En cas d’apparition de symptômes après une injection vaccinale, les personnes utilisant un contraceptif hormonal combiné doivent consulter en urgence un médecin. Les symptômes de la TEV concernent la thrombose veineuse profonde (gonflement d’une jambe ou d’un pied, sensation de douleur ou de chaleur dans une jambe, rougeur cutanée de la jambe) et l’embolie pulmonaire (tachycardie ou arythmie cardiaque, vertige, étourdissement, douleur thoracique, toux soudaine, essoufflement, accélération de la respiration). D’autres symptômes alarmants peuvent apparaître, tels qu’une vision trouble ou une perte de vision, le gonflement ou la coloration bleutée d’une extrémité.

Il existe également des risques de thrombo-embolie artérielle (TEA) potentiellement mortels, dont l’accident vasculaire cérébral (AVC, lorsque la circulation sanguine dans le cerveau est interrompue par un vaisseau sanguin bouché ou rompu) et l’infarctus du myocarde (caillot de sang se détachant d’une cavité cardiaque et bloquant une artère coronaire ne permettant plus l’alimentation appropriée du cœur en dioxygène). Ces évènements indésirables sont favorisés chez les personnes souffrant d’hypertension artérielle, de migraine, de diabète, d’obésité, de troubles cardiaques, d’une prédisposition héréditaire, de tabagisme, ou autres.

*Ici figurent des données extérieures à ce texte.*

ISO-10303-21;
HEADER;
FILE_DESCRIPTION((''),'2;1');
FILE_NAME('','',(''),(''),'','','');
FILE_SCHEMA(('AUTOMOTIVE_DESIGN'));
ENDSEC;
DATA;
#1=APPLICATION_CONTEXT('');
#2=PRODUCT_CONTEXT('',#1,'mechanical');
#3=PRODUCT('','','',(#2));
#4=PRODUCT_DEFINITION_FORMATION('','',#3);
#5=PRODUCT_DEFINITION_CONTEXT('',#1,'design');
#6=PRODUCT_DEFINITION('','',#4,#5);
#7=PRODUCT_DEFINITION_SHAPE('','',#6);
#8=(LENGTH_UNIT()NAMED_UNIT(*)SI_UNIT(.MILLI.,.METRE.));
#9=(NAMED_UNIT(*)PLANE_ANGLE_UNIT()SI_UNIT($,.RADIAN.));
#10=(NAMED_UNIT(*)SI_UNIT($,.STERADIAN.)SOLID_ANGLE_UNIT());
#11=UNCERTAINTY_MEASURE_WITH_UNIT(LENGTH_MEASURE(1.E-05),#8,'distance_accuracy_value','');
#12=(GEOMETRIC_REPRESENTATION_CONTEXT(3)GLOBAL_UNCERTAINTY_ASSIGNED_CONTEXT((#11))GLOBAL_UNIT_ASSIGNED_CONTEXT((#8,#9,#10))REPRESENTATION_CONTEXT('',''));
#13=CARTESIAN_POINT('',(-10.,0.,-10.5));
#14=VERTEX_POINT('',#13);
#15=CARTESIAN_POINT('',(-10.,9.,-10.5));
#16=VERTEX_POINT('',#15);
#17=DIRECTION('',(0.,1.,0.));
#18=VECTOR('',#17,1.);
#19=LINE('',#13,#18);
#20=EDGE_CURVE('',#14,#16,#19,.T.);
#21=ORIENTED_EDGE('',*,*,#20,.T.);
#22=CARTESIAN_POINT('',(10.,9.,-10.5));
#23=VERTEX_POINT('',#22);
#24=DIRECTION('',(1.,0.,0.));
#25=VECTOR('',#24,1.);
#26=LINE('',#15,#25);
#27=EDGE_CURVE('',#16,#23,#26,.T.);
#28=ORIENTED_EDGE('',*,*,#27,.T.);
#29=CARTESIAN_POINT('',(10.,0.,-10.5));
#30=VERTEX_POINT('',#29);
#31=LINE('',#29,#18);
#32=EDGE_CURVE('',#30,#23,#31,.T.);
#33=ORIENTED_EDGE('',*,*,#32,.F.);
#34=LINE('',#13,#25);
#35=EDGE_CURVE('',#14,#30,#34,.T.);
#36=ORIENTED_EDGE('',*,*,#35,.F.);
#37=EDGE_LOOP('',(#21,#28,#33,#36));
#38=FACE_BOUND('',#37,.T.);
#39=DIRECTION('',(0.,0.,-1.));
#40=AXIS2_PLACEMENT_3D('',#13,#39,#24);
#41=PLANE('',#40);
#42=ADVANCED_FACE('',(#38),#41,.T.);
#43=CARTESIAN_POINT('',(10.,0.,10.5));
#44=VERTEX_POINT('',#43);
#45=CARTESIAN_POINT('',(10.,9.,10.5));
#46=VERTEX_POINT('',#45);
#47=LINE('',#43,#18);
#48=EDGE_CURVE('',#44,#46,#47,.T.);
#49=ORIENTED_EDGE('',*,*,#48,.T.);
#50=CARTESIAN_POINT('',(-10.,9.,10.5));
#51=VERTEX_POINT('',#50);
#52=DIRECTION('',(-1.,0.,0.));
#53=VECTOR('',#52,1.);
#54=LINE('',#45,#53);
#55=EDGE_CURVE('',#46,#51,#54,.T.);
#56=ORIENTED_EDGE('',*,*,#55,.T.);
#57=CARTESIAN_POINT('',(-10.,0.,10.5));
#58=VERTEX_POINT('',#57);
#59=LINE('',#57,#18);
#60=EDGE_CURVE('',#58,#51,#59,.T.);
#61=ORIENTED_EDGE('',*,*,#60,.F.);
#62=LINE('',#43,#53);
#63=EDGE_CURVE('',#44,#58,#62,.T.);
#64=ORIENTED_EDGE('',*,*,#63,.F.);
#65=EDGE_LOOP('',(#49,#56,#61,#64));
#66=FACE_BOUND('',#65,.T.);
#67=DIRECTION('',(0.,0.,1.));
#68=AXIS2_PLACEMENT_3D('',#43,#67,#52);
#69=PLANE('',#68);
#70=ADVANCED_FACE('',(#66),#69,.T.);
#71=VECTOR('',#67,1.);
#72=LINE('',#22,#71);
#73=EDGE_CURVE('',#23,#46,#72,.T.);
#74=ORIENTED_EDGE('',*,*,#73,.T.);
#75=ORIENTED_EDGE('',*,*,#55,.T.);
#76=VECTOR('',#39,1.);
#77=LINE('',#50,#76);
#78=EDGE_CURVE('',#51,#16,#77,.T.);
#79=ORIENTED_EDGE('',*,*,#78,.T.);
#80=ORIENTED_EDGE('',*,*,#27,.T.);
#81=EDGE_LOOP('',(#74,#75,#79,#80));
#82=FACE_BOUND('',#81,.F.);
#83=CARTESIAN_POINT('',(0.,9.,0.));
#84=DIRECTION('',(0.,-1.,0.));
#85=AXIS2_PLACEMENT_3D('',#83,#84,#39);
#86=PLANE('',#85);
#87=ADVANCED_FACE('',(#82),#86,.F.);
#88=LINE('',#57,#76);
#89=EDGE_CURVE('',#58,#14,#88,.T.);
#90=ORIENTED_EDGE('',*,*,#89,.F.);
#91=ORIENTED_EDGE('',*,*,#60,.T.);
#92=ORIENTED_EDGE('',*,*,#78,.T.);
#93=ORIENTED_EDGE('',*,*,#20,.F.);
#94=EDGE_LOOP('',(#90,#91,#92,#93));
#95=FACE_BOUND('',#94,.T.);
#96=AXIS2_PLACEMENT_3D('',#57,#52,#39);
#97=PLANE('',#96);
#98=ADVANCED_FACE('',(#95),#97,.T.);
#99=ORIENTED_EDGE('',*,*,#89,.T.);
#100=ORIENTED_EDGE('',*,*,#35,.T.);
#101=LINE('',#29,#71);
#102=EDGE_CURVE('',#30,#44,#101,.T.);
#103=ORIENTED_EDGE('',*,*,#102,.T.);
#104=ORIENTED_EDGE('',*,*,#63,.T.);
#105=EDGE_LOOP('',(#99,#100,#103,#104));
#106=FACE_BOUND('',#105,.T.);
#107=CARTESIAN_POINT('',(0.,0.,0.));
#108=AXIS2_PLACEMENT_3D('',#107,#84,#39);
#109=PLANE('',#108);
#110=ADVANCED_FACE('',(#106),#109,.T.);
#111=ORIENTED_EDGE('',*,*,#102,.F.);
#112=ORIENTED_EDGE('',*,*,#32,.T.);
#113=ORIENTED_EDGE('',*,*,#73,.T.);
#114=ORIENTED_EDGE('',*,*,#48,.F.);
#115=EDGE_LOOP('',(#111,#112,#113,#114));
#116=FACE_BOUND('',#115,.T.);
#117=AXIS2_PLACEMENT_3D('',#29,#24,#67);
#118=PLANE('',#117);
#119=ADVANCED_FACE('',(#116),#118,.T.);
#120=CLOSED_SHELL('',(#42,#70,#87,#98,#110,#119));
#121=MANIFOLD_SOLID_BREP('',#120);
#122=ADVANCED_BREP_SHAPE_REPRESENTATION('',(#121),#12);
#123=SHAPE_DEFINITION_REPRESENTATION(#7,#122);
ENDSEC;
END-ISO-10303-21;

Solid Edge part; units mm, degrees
sketch "Sketch1" plane through (0, 0, 0) normal (0, -1, 0) x (1, 0, 0)
  line L0 (-10, -10.5) -> (10, -10.5)
  line L1 (10, -10.5) -> (10, 10.5)
  line L2 (10, 10.5) -> (-10, 10.5)
  line L3 (-10, 10.5) -> (-10, -10.5)
  dimension "D1" = 20
  dimension "D2" = 21
extrude "Protrusion1" add sketch "Sketch1" against normal blind 9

Les symptômes de l’AVC peuvent être un évanouissement, une migraine ou une confusion soudaine, des difficultés d’élocution ou de compréhension ou de coordination, une perte d’équilibre, l’engourdissement - concernant le plus souvent un seul côté du corps - d'un membre (jambe, bras) ou partie du visage, ainsi que des troubles de la vision.

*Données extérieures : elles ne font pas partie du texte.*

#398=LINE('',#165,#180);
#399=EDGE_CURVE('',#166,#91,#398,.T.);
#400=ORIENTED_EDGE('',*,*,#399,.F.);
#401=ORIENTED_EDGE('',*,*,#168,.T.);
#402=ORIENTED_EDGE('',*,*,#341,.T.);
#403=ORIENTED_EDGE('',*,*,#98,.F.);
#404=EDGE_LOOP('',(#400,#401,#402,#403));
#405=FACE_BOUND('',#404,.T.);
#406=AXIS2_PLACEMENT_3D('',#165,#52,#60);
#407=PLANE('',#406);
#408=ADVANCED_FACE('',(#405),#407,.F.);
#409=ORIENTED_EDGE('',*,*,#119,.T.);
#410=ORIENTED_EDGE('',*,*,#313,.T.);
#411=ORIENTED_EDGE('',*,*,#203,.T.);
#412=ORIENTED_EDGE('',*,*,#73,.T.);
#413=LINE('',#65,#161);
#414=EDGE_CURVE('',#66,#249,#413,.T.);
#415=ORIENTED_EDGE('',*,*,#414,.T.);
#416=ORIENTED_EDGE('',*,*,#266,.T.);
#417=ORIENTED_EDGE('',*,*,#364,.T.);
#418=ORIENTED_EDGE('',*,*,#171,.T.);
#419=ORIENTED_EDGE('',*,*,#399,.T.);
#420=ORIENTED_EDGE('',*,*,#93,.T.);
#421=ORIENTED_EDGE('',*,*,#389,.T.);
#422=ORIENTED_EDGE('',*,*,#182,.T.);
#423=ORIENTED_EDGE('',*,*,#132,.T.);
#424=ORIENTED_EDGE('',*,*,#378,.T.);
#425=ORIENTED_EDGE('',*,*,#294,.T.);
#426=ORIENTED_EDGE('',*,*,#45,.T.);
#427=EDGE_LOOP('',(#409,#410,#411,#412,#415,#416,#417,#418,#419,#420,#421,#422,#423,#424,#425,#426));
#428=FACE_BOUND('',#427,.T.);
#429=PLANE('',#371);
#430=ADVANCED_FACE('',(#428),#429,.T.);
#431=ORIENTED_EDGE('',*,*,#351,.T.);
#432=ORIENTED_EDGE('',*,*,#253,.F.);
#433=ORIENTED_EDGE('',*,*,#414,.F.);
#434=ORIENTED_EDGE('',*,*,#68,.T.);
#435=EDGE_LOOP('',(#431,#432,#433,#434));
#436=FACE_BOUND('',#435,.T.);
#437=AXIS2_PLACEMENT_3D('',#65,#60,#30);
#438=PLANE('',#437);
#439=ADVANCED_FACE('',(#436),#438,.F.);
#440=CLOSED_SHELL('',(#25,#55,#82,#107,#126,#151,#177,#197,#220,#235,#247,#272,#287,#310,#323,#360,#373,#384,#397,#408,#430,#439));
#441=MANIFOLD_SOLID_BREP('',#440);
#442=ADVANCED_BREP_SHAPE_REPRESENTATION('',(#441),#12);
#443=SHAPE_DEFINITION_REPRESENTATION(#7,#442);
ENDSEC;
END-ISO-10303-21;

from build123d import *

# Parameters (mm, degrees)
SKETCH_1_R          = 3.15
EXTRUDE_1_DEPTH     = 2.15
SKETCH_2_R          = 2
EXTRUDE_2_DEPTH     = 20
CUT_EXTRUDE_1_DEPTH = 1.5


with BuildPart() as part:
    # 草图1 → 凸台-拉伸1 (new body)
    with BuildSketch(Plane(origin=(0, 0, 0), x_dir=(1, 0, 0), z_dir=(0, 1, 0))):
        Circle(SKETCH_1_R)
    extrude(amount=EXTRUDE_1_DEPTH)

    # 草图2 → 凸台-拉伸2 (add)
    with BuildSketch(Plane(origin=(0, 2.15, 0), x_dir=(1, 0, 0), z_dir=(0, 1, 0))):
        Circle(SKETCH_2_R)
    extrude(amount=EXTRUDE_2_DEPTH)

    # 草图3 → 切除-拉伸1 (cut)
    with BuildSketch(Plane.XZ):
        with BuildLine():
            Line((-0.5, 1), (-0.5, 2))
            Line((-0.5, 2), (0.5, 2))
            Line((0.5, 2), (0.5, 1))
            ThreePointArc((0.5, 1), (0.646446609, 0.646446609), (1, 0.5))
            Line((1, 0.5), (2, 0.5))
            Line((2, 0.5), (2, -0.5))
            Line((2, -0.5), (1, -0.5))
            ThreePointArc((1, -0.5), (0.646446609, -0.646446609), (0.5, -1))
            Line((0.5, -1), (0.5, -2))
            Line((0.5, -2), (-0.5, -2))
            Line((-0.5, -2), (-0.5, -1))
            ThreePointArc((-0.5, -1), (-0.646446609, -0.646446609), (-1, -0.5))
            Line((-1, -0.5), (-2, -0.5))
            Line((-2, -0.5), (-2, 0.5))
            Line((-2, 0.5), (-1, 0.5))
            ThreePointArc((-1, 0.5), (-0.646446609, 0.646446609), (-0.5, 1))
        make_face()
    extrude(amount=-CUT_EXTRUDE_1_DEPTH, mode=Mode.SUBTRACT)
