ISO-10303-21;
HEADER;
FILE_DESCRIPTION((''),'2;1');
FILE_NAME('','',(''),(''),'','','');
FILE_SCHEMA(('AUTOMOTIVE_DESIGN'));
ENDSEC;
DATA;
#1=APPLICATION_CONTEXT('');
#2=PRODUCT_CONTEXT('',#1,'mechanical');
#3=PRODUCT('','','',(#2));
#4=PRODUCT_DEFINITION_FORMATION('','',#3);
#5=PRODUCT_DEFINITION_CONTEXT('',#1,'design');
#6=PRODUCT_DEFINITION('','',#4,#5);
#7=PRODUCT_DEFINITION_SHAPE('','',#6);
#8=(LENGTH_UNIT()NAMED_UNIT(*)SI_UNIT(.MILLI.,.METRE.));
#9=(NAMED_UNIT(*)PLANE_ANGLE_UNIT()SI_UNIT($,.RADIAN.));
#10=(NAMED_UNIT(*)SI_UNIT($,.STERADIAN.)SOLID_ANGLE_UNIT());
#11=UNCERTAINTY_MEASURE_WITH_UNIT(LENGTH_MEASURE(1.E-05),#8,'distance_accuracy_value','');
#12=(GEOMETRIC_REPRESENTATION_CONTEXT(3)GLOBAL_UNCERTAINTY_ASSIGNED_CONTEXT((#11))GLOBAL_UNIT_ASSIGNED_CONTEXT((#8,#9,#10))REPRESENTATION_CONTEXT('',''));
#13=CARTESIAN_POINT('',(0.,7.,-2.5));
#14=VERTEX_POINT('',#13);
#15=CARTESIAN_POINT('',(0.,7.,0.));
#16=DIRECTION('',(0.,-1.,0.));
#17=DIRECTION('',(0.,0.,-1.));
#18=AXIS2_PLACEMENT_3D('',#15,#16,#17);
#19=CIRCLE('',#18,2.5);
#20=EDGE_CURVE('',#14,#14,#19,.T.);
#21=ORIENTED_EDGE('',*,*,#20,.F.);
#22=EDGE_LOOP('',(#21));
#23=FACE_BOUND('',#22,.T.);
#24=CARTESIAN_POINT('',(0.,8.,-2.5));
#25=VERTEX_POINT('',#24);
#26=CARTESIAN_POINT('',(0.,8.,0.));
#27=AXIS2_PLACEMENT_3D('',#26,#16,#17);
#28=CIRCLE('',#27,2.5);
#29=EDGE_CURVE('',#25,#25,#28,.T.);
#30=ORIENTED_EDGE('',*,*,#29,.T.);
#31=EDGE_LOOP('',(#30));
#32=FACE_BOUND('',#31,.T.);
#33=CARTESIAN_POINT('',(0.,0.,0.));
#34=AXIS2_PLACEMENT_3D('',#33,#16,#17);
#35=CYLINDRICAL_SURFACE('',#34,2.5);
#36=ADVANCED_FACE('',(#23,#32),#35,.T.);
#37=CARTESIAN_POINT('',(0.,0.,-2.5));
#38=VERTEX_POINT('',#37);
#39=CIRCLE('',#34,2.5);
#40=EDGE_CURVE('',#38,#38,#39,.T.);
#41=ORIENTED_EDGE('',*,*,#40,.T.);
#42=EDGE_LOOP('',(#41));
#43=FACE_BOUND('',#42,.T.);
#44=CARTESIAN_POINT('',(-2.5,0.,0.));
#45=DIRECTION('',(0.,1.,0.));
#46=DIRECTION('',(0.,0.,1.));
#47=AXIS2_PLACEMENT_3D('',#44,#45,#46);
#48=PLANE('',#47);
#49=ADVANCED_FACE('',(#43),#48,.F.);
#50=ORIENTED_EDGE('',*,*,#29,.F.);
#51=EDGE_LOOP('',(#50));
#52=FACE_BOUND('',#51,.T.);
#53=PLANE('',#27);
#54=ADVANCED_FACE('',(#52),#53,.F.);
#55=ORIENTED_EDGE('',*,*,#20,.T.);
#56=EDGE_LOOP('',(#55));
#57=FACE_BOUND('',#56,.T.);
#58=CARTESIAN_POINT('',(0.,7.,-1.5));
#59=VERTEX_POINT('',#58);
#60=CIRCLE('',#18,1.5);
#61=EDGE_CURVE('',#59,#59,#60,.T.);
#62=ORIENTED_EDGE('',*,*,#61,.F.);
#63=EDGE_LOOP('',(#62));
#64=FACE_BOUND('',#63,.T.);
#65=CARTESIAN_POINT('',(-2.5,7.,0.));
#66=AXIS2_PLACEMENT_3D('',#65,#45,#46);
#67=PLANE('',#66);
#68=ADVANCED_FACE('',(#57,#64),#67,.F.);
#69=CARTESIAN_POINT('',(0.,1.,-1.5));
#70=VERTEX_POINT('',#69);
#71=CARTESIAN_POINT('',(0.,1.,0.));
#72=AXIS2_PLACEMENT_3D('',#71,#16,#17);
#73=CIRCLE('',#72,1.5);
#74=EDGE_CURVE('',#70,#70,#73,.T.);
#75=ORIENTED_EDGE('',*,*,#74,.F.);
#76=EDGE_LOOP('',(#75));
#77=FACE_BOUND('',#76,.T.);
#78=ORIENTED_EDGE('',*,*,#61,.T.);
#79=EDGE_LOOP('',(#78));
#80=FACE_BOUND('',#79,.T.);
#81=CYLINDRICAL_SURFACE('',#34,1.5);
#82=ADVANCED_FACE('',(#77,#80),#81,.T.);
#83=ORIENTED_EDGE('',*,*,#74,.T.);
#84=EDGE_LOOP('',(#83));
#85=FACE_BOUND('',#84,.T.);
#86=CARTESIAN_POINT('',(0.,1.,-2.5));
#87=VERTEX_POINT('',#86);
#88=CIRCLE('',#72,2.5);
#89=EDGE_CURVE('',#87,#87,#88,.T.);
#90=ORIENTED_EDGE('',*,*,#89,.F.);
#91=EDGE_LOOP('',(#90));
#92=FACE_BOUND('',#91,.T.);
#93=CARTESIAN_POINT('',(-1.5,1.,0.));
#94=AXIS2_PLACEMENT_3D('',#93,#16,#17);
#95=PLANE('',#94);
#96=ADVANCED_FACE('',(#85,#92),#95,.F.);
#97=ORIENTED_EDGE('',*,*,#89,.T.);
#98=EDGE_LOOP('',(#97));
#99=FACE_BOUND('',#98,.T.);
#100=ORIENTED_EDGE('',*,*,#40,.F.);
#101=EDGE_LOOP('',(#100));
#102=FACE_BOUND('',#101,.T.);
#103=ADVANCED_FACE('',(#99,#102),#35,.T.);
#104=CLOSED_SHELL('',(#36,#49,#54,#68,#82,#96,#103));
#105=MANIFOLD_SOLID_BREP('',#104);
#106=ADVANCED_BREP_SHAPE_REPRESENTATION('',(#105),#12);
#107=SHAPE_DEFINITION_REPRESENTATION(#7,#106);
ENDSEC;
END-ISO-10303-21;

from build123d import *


with BuildPart() as part:
    # Sketch1 → Revolve1 (revolve)
    with BuildSketch(Plane.XY, mode=Mode.PRIVATE) as revolve1_sk:
        Polygon((0, 0), (0, 8), (-2.5, 8), (-2.5, 7), (-1.5, 7), (-1.5, 1), (-2.5, 1), (-2.5, 0), align=None)
    revolve(revolve1_sk.sketch.rotate(Axis((0, 0, 0), (0, 1, 0)), 270), axis=Axis((0, 0, 0), (0, 1, 0)))


solid = part.part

Les symptômes de l’infarctus du myocarde peuvent être une tachycardie ou arythmie cardiaque, la transpiration, la suffocation, le vertige, la douleur (bras, thorax, région du sternum), l’essoufflement, les nausées et vomissements, une sensation de gêne irradiante (bras, dos, estomac, gorge et mâchoire).

Ainsi, il est important de pouvoir identifier au plus tôt les symptômes variés du thrombo-embolisme notamment chez les personnes vaccinées, afin de prévenir des formes graves voire mortelles  de la vaccination anti-Covid-19. Le SRA dysfonctionnel via son récepteur AT1R suractivé contribue à ce thrombo-embolisme parallèlement à l’utilisation de la pilule oestro-progestative chez les adolescentes et femmes en âge de procréer.